続いて、高雄青年歌舞伎が始まりました。
「
与話情浮名横櫛 源氏店(よはなさけ うきなのよこぐし げんやだな)」です。
与三郎は侍の子に生まれたが、江戸元町伊豆屋の養子になっていた。ところが伊豆屋に実子が生まれたことから、家督を譲ろうと放蕩に身を持ち出し勘当を受ける。流れ着いた木更津で地元の親分源左衛門の妾
お富を見初める。与三郎とお富が忍び会っているところを源左衛門に見つかり、与三郎は総身に刀傷を受ける。お富は海に身を投げるが商船に助けられ、和泉屋の大番頭
多左衛門に囲われることになる。それから三年...
舞台はここから始まります。
場所は鎌倉の
源氏店(げんやだな)
変な名前ですが、江戸時代に実在した「玄冶店(げんやだな)」という町がモデルだそうです。「店」というのは商店ではなく、貸家のことだそうです。
お富が風呂あがりに家に戻り、和泉屋の番頭
藤八が雨宿りに来ています。
お富の髪をといている
下女およしは塾生だったIさんが演じています(上手だったよー)

藤八はなんとかお富に近づこうと、家の中をウロウロ。
白粉(おしろい)が好きだと言って、顔に塗ってもらったりします。

軽くあしらうお富。

藤八の表情やセリフがとっても楽しいです。
そこへ、頬に蝙蝠(コウモリ)の入れ墨のある、地元のゴロツキ
蝙蝠の安が与三郎を引き連れやってきます。
連れの傷の養生代だと言ってお富を強請りますが、最初は断っていたお富も最後には一分を投げてやります。(一分は一両の四分の一)

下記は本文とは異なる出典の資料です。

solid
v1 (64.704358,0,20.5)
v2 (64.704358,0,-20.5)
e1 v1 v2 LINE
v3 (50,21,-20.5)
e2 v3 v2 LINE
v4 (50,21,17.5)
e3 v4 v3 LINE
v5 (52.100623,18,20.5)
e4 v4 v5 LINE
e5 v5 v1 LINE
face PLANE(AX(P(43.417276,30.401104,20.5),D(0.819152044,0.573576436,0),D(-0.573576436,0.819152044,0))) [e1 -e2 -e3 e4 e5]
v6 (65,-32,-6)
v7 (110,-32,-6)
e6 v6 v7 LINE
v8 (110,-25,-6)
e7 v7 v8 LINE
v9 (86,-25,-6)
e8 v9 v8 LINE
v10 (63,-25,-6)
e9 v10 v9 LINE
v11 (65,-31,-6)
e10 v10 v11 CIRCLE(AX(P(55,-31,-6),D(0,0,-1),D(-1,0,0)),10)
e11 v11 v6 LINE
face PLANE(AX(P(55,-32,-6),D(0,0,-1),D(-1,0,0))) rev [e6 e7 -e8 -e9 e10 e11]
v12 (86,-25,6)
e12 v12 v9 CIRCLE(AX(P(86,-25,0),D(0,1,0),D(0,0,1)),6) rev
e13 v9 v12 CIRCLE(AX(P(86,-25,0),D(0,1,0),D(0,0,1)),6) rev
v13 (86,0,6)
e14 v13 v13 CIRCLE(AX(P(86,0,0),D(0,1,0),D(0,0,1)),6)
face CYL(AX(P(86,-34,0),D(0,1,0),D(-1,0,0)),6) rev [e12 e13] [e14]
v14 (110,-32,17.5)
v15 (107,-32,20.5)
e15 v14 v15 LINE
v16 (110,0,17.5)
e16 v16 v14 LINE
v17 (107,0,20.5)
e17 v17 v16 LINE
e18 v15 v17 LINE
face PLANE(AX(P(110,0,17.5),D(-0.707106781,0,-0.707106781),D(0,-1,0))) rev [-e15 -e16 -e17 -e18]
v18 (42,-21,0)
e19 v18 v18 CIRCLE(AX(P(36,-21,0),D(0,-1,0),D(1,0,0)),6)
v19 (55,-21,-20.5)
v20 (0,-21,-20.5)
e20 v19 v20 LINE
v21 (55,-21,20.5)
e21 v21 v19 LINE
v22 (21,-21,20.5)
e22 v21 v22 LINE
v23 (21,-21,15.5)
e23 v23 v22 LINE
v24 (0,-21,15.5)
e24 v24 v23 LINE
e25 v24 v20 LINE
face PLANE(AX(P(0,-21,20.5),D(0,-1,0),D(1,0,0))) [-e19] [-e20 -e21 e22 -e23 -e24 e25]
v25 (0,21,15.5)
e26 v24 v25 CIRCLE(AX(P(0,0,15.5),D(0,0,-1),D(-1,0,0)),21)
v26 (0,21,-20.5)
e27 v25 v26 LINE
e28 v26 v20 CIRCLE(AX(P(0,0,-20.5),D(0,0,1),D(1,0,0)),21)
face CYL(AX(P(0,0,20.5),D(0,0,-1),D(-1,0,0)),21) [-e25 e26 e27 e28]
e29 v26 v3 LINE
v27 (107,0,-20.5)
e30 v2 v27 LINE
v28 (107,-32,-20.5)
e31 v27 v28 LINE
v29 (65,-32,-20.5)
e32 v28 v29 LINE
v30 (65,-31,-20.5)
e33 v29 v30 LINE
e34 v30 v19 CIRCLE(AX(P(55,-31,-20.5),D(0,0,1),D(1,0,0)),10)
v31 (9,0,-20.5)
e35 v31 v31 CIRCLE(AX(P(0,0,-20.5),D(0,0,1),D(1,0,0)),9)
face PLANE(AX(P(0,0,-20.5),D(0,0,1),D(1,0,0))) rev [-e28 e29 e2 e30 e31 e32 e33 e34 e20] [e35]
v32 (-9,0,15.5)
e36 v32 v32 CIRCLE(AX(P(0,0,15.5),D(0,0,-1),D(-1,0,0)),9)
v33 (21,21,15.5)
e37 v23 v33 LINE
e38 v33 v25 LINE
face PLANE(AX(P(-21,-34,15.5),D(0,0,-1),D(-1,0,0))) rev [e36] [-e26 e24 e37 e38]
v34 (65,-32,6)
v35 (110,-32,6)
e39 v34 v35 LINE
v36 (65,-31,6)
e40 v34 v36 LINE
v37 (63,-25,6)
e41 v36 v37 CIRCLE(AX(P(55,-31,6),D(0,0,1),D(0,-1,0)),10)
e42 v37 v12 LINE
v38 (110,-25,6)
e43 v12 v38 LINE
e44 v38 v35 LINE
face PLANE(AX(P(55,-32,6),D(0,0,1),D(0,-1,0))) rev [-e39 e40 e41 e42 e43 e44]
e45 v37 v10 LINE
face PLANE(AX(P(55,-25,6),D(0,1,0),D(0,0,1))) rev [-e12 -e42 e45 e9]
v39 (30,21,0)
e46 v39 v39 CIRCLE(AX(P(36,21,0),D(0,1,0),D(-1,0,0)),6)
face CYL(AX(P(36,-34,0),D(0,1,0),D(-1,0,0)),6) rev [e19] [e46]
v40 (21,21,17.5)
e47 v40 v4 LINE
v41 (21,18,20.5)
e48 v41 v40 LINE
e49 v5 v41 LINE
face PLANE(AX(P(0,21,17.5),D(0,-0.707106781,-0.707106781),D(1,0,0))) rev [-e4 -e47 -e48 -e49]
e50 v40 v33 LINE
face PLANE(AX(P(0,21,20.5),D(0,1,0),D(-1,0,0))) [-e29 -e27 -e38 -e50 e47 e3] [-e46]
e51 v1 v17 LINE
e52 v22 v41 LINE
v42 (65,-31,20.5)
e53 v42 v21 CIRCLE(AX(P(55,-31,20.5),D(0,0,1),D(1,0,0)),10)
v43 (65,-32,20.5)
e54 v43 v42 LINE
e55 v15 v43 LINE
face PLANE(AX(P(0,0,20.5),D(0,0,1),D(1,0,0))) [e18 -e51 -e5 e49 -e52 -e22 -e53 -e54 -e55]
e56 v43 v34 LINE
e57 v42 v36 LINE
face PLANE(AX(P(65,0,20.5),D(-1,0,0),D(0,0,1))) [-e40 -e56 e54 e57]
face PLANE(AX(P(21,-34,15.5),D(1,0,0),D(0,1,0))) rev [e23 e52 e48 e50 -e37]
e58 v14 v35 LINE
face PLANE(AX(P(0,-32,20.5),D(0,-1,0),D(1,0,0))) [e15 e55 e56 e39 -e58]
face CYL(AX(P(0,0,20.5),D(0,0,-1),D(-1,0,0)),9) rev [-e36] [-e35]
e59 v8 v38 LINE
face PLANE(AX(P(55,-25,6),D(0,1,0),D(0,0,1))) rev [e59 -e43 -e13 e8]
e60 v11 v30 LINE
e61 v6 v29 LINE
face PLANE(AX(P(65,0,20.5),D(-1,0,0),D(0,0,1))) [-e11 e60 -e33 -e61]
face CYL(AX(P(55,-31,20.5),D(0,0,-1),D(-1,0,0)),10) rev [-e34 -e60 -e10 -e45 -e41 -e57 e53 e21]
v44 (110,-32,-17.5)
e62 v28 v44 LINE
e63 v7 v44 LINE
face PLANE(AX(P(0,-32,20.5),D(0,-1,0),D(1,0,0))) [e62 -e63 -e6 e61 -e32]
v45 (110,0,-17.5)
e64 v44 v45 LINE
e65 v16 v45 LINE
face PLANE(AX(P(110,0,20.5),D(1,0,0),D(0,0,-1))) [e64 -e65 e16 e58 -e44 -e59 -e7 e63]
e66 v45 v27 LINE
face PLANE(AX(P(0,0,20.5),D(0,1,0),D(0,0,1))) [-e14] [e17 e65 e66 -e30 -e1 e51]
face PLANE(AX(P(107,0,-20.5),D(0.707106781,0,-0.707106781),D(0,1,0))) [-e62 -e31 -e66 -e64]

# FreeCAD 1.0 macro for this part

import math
import FreeCAD as App
import Part
import Sketcher
Q = App.Units.Quantity


def edges_at(feature, points):
    """Names of the edges that pass closest to the given points."""
    edges = feature.Shape.Edges
    near = lambda p: min(range(len(edges)), key=lambda i: edges[i].distToShape(Part.Vertex(*p))[0])
    return sorted({f"Edge{near(p) + 1}" for p in points})


def add_polygon(sketch, points):
    """Adds a closed chain of lines whose ends are joined by coincident constraints."""
    first, n = sketch.GeometryCount, len(points)
    for a, b in zip(points, points[1:] + points[:1]):
        sketch.addGeometry(Part.LineSegment(App.Vector(*a, 0), App.Vector(*b, 0)), False)
    for i in range(n):
        sketch.addConstraint(Sketcher.Constraint("Coincident", first + i, 2, first + (i + 1) % n, 1))

doc = App.newDocument("Part")
params = doc.addObject("Spreadsheet::Sheet", "Params")
for row, (alias, value) in enumerate([
    ("sketch1_diameter", "18 mm"),
    ("sketch1_radius", "21 mm"),
    ("sketch1_radius2", "10 mm"),
    ("sketch1_width", "50 mm"),
    ("sketch1_width2", "55 mm"),
    ("pad1_length", "41 mm"),
    ("sketch2_diameter", "12 mm"),
    ("sketch2_width", "42 mm"),
    ("sketch2_height", "5 mm"),
    ("pocket1_length", "55 mm"),
    ("sketch3_width", "7 mm"),
    ("sketch3_height", "12 mm"),
    ("pocket2_length", "55 mm"),
    ("chamfer_size", "3 mm"),
], start=1):
    params.set(f"A{row}", alias)
    params.set(f"B{row}", "=" + value)
    params.setAlias(f"B{row}", alias)

body = doc.addObject("PartDesign::Body", "Body")

# Sketch on XY plane
sketch1 = body.newObject("Sketcher::SketchObject", "Sketch")
sketch1.AttachmentSupport = (doc.getObject("XY_Plane"), [""])
sketch1.MapMode = "FlatFace"
sketch1.addGeometry([
    Part.LineSegment(App.Vector(50, 21, 0), App.Vector(0, 21, 0)),  # 0
    Part.ArcOfCircle(Part.Circle(App.Vector(0, 0, 0), App.Vector(0, 0, 1), 21), math.radians(90), math.radians(270)),  # 1
    Part.LineSegment(App.Vector(0, -21, 0), App.Vector(55, -21, 0)),  # 2
    Part.ArcOfCircle(Part.Circle(App.Vector(55, -31, 0), App.Vector(0, 0, 1), 10), math.radians(0), math.radians(90)),  # 3
    Part.LineSegment(App.Vector(65, -31, 0), App.Vector(65, -32, 0)),  # 4
    Part.LineSegment(App.Vector(65, -32, 0), App.Vector(110, -32, 0)),  # 5
    Part.LineSegment(App.Vector(110, -32, 0), App.Vector(110, 0, 0)),  # 6
    Part.LineSegment(App.Vector(110, 0, 0), App.Vector(64.7, 0, 0)),  # 7
    Part.LineSegment(App.Vector(64.7, 0, 0), App.Vector(50, 21, 0)),  # 8
    Part.Circle(App.Vector(0, 0, 0), App.Vector(0, 0, 1), 9),  # 9
], False)
sketch1.addConstraint([
    Sketcher.Constraint("Tangent", 0, 2, 1, 1),
    Sketcher.Constraint("Tangent", 1, 2, 2, 1),
    Sketcher.Constraint("Tangent", 2, 2, 3, 2),
    Sketcher.Constraint("Tangent", 3, 1, 4, 1),
    Sketcher.Constraint("Coincident", 4, 2, 5, 1),
    Sketcher.Constraint("Coincident", 5, 2, 6, 1),
    Sketcher.Constraint("Coincident", 6, 2, 7, 1),
    Sketcher.Constraint("Coincident", 7, 2, 8, 1),
    Sketcher.Constraint("Coincident", 8, 2, 0, 1),
    Sketcher.Constraint("Horizontal", 0),
    Sketcher.Constraint("Horizontal", 2),
    Sketcher.Constraint("Vertical", 4),
    Sketcher.Constraint("Horizontal", 5),
    Sketcher.Constraint("Vertical", 6),
    Sketcher.Constraint("Horizontal", 7),
    Sketcher.Constraint("Coincident", 1, 3, -1, 1),
    Sketcher.Constraint("Coincident", 9, 3, -1, 1),
    Sketcher.Constraint("PointOnObject", 6, 2, -1),
    Sketcher.Constraint("Diameter", 9, Q("18 mm")),
    Sketcher.Constraint("Radius", 1, Q("21 mm")),
    Sketcher.Constraint("Radius", 3, Q("10 mm")),
    Sketcher.Constraint("DistanceX", 0, 2, 0, 1, Q("50 mm")),
    Sketcher.Constraint("DistanceX", 2, 1, 2, 2, Q("55 mm")),
    Sketcher.Constraint("DistanceX", 5, 1, 5, 2, Q("45 mm")),
    Sketcher.Constraint("DistanceY", 4, 2, 4, 1, Q("1 mm")),
    Sketcher.Constraint("Angle", 8, Q("125 deg")),
])
sketch1.setExpression("Constraints[18]", "Params.sketch1_diameter")
sketch1.setExpression("Constraints[19]", "Params.sketch1_radius")
sketch1.setExpression("Constraints[20]", "Params.sketch1_radius2")
sketch1.setExpression("Constraints[21]", "Params.sketch1_width")
sketch1.setExpression("Constraints[22]", "Params.sketch1_width2")
pad1 = body.newObject("PartDesign::Pad", "Pad")
pad1.Profile = sketch1
pad1.setExpression("Length", "Params.pad1_length")
pad1.Midplane = True

# Sketch on XZ plane
sketch2 = body.newObject("Sketcher::SketchObject", "Sketch001")
sketch2.AttachmentSupport = (doc.getObject("XZ_Plane"), [""])
sketch2.MapMode = "FlatFace"
sketch2.AttachmentOffset = App.Placement(App.Vector(0, 0, -21), App.Rotation())
sketch2.addGeometry(Part.Circle(App.Vector(36, 0, 0), App.Vector(0, 0, 1), 6), False)  # 0
sketch2.addGeometry(Part.Circle(App.Vector(86, 0, 0), App.Vector(0, 0, 1), 6), False)  # 1
add_polygon(sketch2, [(-21, 16), (-21, 20), (21, 20), (21, 16)])  # lines 2-5
sketch2.addConstraint([
    Sketcher.Constraint("Vertical", 2),
    Sketcher.Constraint("Horizontal", 3),
    Sketcher.Constraint("Vertical", 4),
    Sketcher.Constraint("Horizontal", 5),
    Sketcher.Constraint("Equal", 0, 1),
    Sketcher.Constraint("PointOnObject", 0, 3, -1),
    Sketcher.Constraint("PointOnObject", 1, 3, -1),
    Sketcher.Constraint("Diameter", 0, Q("12 mm")),
    Sketcher.Constraint("DistanceX", 3, 1, 3, 2, Q("42 mm")),
    Sketcher.Constraint("DistanceY", 2, 1, 2, 2, Q("5 mm")),
    Sketcher.Constraint("DistanceX", -1, 1, 0, 3, Q("36 mm")),
    Sketcher.Constraint("DistanceX", -1, 1, 1, 3, Q("86 mm")),
    Sketcher.Constraint("DistanceX", 2, 2, -1, 1, Q("21 mm")),
    Sketcher.Constraint("DistanceY", -1, 1, 2, 2, Q("20.5 mm")),
])
sketch2.setExpression("Constraints[11]", "Params.sketch2_diameter")
sketch2.setExpression("Constraints[12]", "Params.sketch2_width")
sketch2.setExpression("Constraints[13]", "Params.sketch2_height")
pocket1 = body.newObject("PartDesign::Pocket", "Pocket")
pocket1.Profile = sketch2
pocket1.setExpression("Length", "Params.pocket1_length")
pocket1.Reversed = True

# Sketch on YZ plane
sketch3 = body.newObject("Sketcher::SketchObject", "Sketch002")
sketch3.AttachmentSupport = (doc.getObject("YZ_Plane"), [""])
sketch3.MapMode = "FlatFace"
sketch3.AttachmentOffset = App.Placement(App.Vector(0, 0, 110), App.Rotation())
add_polygon(sketch3, [(-25, 6), (-32, 6), (-32, -6), (-25, -6)])  # lines 0-3
sketch3.addConstraint([
    Sketcher.Constraint("Horizontal", 0),
    Sketcher.Constraint("Vertical", 1),
    Sketcher.Constraint("Horizontal", 2),
    Sketcher.Constraint("Vertical", 3),
    Sketcher.Constraint("DistanceX", 0, 2, 0, 1, Q("7 mm")),
    Sketcher.Constraint("DistanceY", 1, 2, 1, 1, Q("12 mm")),
    Sketcher.Constraint("DistanceX", 0, 2, -1, 1, Q("32 mm")),
    Sketcher.Constraint("DistanceY", -1, 1, 0, 2, Q("6 mm")),
])
sketch3.setExpression("Constraints[8]", "Params.sketch3_width")
sketch3.setExpression("Constraints[9]", "Params.sketch3_height")
pocket2 = body.newObject("PartDesign::Pocket", "Pocket001")
pocket2.Profile = sketch3
pocket2.setExpression("Length", "Params.pocket2_length")
doc.recompute()

chamfer = body.newObject("PartDesign::Chamfer", "Chamfer")
chamfer.Base = (pocket2, edges_at(pocket2, [(110, -16, -20.5), (110, -16, 20.5), (35.5, 21, 20.5)]))
chamfer.setExpression("Size", "Params.chamfer_size")

doc.recompute()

これで引き下がろうとする蝙蝠安ですが、何を思ったか与三郎はそれを押しとどめます。

与三郎は気づいたのです。あれは、死んだはずだったお富じゃないかと。
ここから、与三郎の名セリフが続きます。
客席からも「たっぷりっ!」と声がかかります。
与:え、御新造さんぇ、おかみさんぇ、お富さんぇ、
いやさ、これ、お富、久しぶりだなぁ。
富:そういうお前は。
与:与三郎だ。
富:えぇっ。
与:お主ゃぁ、おれを見忘れたか。
富:えええ。
与:しがねぇ恋の情けが仇
命の綱の切れたのを
どう取り留めてか 木更津から
めぐる月日も三年(みとせ)越し
江戸の親にやぁ勘当うけ
拠所(よんどころ)なく鎌倉の
谷七郷(やつしちごう)は喰い詰めても
面(つら)に受けたる看板の
疵(きず)が勿怪(もっけ)の幸いに
切られ与三と異名を取り
押借り強請りも習おうより
慣れた時代(じでえ)の源氏店
その白化けか黒塀に
格子造りの囲いもの
死んだと思ったお富たぁ
お釈迦さまでも気がつくめぇ
よくまぁお主ゃぁ 達者でいたなぁ
安やい これじゃぁ一分じゃぁ
帰(けぇ)られめぇじゃねぇか。
七五調が心地よいですね。
ここで春日八郎の「お富さん」の一節
「死んだはずだよ お富さん 生きていたとは お釈迦さまでも 知らぬ仏の お富さん エッサオー 源氏店(げんやだな)」
2番の「これで一分はお富さん エッサオー すまされめえ」
私にとってほぼ半世紀ぶりに(笑)、やっとこの歌詞の意味が分かりました。
お富は囲われてはいるが決してやましいことはなく、お前を忘れたことはないと語りますが与三郎は信じません。
そこへ多左衛門が帰ってきます。

蝙蝠安は親の代から多左衛門に世話になっているので縮み上がります。

多左衛門から与三郎との関係を聞かれたお富は、とっさに「兄さん」だと話してしまいます。

多左衛門は与三郎にかたぎの商売を始めるよう金を渡します。
二人が引き上げた後、多左衛門はお富に自分の守袋を渡して店に戻っていきます。
お富が守袋の中に入っていた臍の緒書を見ると、なんと多左衛門こそが自分の兄であったことがわかります。

戻ってきた与三郎にそれを伝え、二人は多左衛門に感謝し、これからは二人で生きていくことを誓います。
高雄・気良青年歌舞伎、いやぁ楽しかったです。
伝統的な歌舞伎の様式美を堪能すると同時に、今に生きる若い人たちの情熱も伝わってきて、 本当にうれしくなりました。また観に行きたいなぁ。